Only one stretch of the listing below is wanted. Begin at the line that has "from build123d import *", stop after the line that has "Rebuilt in FreeCAD, every", and repeat every line in between exactly.
---------- AVAILABLE RECORDS
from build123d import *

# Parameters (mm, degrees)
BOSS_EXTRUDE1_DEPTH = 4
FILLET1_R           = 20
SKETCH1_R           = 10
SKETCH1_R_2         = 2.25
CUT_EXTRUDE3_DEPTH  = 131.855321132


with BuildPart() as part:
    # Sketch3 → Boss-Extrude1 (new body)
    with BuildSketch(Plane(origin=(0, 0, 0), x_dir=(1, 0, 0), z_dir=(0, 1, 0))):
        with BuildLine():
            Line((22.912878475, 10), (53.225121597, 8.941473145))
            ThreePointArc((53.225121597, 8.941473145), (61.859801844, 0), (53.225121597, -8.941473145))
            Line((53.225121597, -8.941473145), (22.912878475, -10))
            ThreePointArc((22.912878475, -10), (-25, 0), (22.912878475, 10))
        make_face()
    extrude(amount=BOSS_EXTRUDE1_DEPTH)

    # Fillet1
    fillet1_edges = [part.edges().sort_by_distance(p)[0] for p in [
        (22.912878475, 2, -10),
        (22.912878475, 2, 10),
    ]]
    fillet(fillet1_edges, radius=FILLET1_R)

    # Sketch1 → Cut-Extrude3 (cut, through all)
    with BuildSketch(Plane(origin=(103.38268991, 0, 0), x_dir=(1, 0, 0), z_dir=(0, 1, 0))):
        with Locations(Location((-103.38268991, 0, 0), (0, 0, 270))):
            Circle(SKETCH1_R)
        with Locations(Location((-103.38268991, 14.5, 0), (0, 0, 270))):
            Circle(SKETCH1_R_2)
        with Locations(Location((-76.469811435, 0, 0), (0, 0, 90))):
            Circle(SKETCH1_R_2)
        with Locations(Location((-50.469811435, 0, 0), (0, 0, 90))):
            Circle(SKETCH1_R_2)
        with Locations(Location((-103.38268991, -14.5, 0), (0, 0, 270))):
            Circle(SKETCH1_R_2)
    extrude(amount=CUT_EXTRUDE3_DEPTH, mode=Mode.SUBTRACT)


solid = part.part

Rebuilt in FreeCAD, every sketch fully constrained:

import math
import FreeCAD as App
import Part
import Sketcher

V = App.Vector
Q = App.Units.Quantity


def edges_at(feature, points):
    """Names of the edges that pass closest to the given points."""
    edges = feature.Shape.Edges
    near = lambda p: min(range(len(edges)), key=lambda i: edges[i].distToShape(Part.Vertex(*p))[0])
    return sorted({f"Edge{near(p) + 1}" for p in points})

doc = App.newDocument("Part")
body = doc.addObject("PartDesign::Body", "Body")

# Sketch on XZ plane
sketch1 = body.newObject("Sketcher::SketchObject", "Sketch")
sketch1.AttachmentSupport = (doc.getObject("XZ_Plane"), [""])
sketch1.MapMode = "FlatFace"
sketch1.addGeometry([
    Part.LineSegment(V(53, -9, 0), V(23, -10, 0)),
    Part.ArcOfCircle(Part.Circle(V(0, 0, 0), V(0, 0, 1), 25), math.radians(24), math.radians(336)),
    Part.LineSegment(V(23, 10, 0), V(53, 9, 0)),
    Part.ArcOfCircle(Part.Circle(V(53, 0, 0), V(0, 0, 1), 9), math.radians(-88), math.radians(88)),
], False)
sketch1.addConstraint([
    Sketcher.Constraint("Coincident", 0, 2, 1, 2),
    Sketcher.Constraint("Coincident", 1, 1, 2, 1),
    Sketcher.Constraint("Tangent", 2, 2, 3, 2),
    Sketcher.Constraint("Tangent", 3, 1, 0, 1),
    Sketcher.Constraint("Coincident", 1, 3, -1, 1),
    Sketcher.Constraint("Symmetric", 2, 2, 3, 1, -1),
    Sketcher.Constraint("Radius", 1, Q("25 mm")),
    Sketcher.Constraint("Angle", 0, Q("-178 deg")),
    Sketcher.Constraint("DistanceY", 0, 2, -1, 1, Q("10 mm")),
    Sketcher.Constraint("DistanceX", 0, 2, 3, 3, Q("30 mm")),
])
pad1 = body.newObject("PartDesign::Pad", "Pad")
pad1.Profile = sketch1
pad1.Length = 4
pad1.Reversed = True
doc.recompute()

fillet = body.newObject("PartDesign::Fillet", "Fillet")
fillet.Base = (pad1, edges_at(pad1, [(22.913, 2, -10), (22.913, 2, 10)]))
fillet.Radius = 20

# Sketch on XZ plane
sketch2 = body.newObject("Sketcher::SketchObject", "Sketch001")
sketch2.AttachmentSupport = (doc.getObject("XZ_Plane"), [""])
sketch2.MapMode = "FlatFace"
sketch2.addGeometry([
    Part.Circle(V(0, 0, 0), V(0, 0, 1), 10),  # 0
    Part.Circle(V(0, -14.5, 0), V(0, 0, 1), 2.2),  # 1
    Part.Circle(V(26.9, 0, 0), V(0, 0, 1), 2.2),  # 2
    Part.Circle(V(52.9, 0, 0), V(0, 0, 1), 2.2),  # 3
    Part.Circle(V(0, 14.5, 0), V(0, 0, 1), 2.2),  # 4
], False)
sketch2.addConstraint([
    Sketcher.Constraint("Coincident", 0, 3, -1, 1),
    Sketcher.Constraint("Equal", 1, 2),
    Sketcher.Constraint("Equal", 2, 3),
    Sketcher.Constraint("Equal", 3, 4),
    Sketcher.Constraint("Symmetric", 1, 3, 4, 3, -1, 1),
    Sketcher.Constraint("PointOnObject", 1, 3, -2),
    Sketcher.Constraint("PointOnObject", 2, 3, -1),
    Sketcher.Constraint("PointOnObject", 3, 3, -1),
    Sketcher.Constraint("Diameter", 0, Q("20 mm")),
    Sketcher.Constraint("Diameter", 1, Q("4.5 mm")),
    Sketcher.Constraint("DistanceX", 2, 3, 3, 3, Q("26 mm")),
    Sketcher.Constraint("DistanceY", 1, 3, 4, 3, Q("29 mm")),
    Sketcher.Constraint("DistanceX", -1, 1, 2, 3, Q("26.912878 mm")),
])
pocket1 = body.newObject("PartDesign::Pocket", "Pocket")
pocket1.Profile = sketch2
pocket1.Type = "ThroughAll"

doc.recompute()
--------------------
---------- AVAILABLE RECORDS
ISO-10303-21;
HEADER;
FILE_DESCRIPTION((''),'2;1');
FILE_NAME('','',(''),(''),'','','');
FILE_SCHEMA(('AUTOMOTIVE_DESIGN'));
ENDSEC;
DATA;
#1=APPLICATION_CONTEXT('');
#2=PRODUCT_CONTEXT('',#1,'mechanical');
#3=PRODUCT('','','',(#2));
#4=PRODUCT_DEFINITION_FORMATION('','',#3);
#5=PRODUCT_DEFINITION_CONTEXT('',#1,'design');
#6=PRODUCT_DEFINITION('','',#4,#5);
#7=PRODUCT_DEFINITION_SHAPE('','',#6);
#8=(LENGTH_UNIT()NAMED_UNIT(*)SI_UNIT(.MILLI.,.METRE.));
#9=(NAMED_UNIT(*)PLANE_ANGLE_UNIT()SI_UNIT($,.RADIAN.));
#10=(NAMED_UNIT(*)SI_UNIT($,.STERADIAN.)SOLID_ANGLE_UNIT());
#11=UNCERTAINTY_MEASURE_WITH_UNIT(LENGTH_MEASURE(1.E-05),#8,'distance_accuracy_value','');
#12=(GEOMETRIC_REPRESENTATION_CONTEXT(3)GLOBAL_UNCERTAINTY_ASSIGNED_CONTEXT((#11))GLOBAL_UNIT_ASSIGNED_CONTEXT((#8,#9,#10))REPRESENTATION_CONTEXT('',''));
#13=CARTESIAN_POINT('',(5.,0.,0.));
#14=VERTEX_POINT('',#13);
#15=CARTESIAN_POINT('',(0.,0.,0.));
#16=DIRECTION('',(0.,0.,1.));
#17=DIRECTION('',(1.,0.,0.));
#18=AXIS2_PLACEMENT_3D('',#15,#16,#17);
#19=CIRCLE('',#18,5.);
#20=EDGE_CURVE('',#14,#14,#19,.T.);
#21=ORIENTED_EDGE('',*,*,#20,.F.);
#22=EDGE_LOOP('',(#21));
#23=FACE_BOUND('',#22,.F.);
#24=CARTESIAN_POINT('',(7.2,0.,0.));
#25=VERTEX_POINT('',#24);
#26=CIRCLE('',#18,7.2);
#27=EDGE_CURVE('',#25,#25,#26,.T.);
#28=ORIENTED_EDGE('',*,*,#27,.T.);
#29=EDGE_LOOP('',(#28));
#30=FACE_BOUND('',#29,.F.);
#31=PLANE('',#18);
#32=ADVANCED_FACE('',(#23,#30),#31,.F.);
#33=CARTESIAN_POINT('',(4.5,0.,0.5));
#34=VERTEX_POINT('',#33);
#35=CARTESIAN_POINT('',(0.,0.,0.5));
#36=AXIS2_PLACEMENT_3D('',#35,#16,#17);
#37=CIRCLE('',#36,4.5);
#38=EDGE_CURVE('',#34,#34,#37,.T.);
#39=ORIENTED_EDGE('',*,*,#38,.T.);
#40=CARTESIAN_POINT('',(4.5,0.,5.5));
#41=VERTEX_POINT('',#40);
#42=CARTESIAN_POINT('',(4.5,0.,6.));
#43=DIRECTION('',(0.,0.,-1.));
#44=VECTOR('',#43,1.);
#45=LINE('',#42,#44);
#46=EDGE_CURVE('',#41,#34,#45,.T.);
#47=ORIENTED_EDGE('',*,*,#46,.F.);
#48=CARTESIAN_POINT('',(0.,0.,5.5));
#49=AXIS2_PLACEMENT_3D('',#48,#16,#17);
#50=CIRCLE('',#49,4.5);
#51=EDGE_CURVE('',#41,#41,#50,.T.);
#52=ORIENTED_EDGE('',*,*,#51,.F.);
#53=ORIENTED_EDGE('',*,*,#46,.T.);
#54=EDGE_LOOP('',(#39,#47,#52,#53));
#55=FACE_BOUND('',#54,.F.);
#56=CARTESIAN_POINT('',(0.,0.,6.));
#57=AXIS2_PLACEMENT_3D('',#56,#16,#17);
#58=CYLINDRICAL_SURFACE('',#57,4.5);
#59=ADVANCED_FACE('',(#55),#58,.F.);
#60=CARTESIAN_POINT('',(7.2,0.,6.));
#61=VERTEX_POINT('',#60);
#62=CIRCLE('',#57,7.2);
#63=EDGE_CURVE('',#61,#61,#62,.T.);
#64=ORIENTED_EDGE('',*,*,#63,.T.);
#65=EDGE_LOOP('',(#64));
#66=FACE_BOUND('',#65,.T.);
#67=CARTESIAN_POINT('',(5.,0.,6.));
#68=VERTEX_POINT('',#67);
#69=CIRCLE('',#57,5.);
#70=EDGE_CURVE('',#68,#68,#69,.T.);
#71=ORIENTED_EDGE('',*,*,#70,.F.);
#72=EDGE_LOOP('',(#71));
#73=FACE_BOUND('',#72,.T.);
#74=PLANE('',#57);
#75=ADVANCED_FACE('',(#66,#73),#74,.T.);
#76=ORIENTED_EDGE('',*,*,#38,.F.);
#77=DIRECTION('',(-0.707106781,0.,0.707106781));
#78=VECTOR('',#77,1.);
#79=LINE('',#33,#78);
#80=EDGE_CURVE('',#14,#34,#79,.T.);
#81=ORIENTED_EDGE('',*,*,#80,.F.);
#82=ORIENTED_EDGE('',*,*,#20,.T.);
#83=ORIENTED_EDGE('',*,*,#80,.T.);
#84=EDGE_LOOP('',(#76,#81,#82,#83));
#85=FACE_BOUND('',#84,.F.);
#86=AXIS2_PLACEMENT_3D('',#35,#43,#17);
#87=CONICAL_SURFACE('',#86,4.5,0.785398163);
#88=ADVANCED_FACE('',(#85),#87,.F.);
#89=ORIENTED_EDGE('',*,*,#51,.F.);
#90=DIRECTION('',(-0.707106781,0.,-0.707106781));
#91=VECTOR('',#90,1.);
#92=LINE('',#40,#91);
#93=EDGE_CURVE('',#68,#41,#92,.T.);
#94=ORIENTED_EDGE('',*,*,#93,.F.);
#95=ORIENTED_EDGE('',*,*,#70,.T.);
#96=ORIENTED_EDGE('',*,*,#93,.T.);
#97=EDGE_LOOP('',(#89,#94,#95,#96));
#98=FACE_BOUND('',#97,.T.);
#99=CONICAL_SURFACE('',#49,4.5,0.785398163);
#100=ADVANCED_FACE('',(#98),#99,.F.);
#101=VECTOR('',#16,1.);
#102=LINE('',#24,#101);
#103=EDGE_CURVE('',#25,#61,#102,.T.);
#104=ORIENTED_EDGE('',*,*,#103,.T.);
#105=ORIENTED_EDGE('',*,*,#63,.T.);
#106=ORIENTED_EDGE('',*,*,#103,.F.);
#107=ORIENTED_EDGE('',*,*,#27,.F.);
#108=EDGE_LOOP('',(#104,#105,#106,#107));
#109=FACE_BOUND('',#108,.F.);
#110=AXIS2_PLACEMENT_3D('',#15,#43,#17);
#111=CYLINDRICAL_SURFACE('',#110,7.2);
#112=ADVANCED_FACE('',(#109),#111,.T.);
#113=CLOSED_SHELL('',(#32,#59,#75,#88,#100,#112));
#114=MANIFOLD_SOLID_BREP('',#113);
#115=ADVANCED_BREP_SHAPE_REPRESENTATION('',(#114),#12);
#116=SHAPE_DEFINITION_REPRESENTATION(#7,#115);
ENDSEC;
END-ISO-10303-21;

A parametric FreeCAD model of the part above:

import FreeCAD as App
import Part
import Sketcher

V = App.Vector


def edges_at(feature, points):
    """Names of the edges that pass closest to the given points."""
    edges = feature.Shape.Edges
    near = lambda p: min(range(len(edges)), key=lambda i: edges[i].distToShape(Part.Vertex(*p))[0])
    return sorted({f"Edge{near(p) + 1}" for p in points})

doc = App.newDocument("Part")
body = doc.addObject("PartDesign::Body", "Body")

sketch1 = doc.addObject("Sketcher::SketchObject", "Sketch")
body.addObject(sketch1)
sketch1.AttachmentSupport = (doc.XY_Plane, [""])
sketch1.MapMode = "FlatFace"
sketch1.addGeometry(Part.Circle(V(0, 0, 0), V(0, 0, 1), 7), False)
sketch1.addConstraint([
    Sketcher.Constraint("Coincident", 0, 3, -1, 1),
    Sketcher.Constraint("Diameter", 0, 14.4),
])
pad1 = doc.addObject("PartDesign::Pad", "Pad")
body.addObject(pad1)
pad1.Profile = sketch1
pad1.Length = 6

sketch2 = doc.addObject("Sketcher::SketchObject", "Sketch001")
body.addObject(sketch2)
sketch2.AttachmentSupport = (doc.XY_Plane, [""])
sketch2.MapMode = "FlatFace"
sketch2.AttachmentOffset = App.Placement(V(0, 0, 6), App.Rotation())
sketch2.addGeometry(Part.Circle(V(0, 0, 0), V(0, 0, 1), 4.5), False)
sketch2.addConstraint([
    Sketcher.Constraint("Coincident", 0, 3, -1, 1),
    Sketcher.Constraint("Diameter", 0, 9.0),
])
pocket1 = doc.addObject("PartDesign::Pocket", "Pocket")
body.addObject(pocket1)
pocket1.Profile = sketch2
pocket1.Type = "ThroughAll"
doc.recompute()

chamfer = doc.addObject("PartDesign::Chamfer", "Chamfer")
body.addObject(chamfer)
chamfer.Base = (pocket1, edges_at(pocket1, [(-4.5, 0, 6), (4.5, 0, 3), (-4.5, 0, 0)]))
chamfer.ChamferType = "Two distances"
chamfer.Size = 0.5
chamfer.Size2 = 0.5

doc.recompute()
--------------------
*EXERCISE SOLUTION:*
from build123d import *

# Parameters (mm, degrees)
BOSS_EXTRUDE1_DEPTH = 4
FILLET1_R           = 20
SKETCH1_R           = 10
SKETCH1_R_2         = 2.25
CUT_EXTRUDE3_DEPTH  = 131.855321132


with BuildPart() as part:
    # Sketch3 → Boss-Extrude1 (new body)
    with BuildSketch(Plane(origin=(0, 0, 0), x_dir=(1, 0, 0), z_dir=(0, 1, 0))):
        with BuildLine():
            Line((22.912878475, 10), (53.225121597, 8.941473145))
            ThreePointArc((53.225121597, 8.941473145), (61.859801844, 0), (53.225121597, -8.941473145))
            Line((53.225121597, -8.941473145), (22.912878475, -10))
            ThreePointArc((22.912878475, -10), (-25, 0), (22.912878475, 10))
        make_face()
    extrude(amount=BOSS_EXTRUDE1_DEPTH)

    # Fillet1
    fillet1_edges = [part.edges().sort_by_distance(p)[0] for p in [
        (22.912878475, 2, -10),
        (22.912878475, 2, 10),
    ]]
    fillet(fillet1_edges, radius=FILLET1_R)

    # Sketch1 → Cut-Extrude3 (cut, through all)
    with BuildSketch(Plane(origin=(103.38268991, 0, 0), x_dir=(1, 0, 0), z_dir=(0, 1, 0))):
        with Locations(Location((-103.38268991, 0, 0), (0, 0, 270))):
            Circle(SKETCH1_R)
        with Locations(Location((-103.38268991, 14.5, 0), (0, 0, 270))):
            Circle(SKETCH1_R_2)
        with Locations(Location((-76.469811435, 0, 0), (0, 0, 90))):
            Circle(SKETCH1_R_2)
        with Locations(Location((-50.469811435, 0, 0), (0, 0, 90))):
            Circle(SKETCH1_R_2)
        with Locations(Location((-103.38268991, -14.5, 0), (0, 0, 270))):
            Circle(SKETCH1_R_2)
    extrude(amount=CUT_EXTRUDE3_DEPTH, mode=Mode.SUBTRACT)


solid = part.part

Rebuilt in FreeCAD, every sketch fully constrained:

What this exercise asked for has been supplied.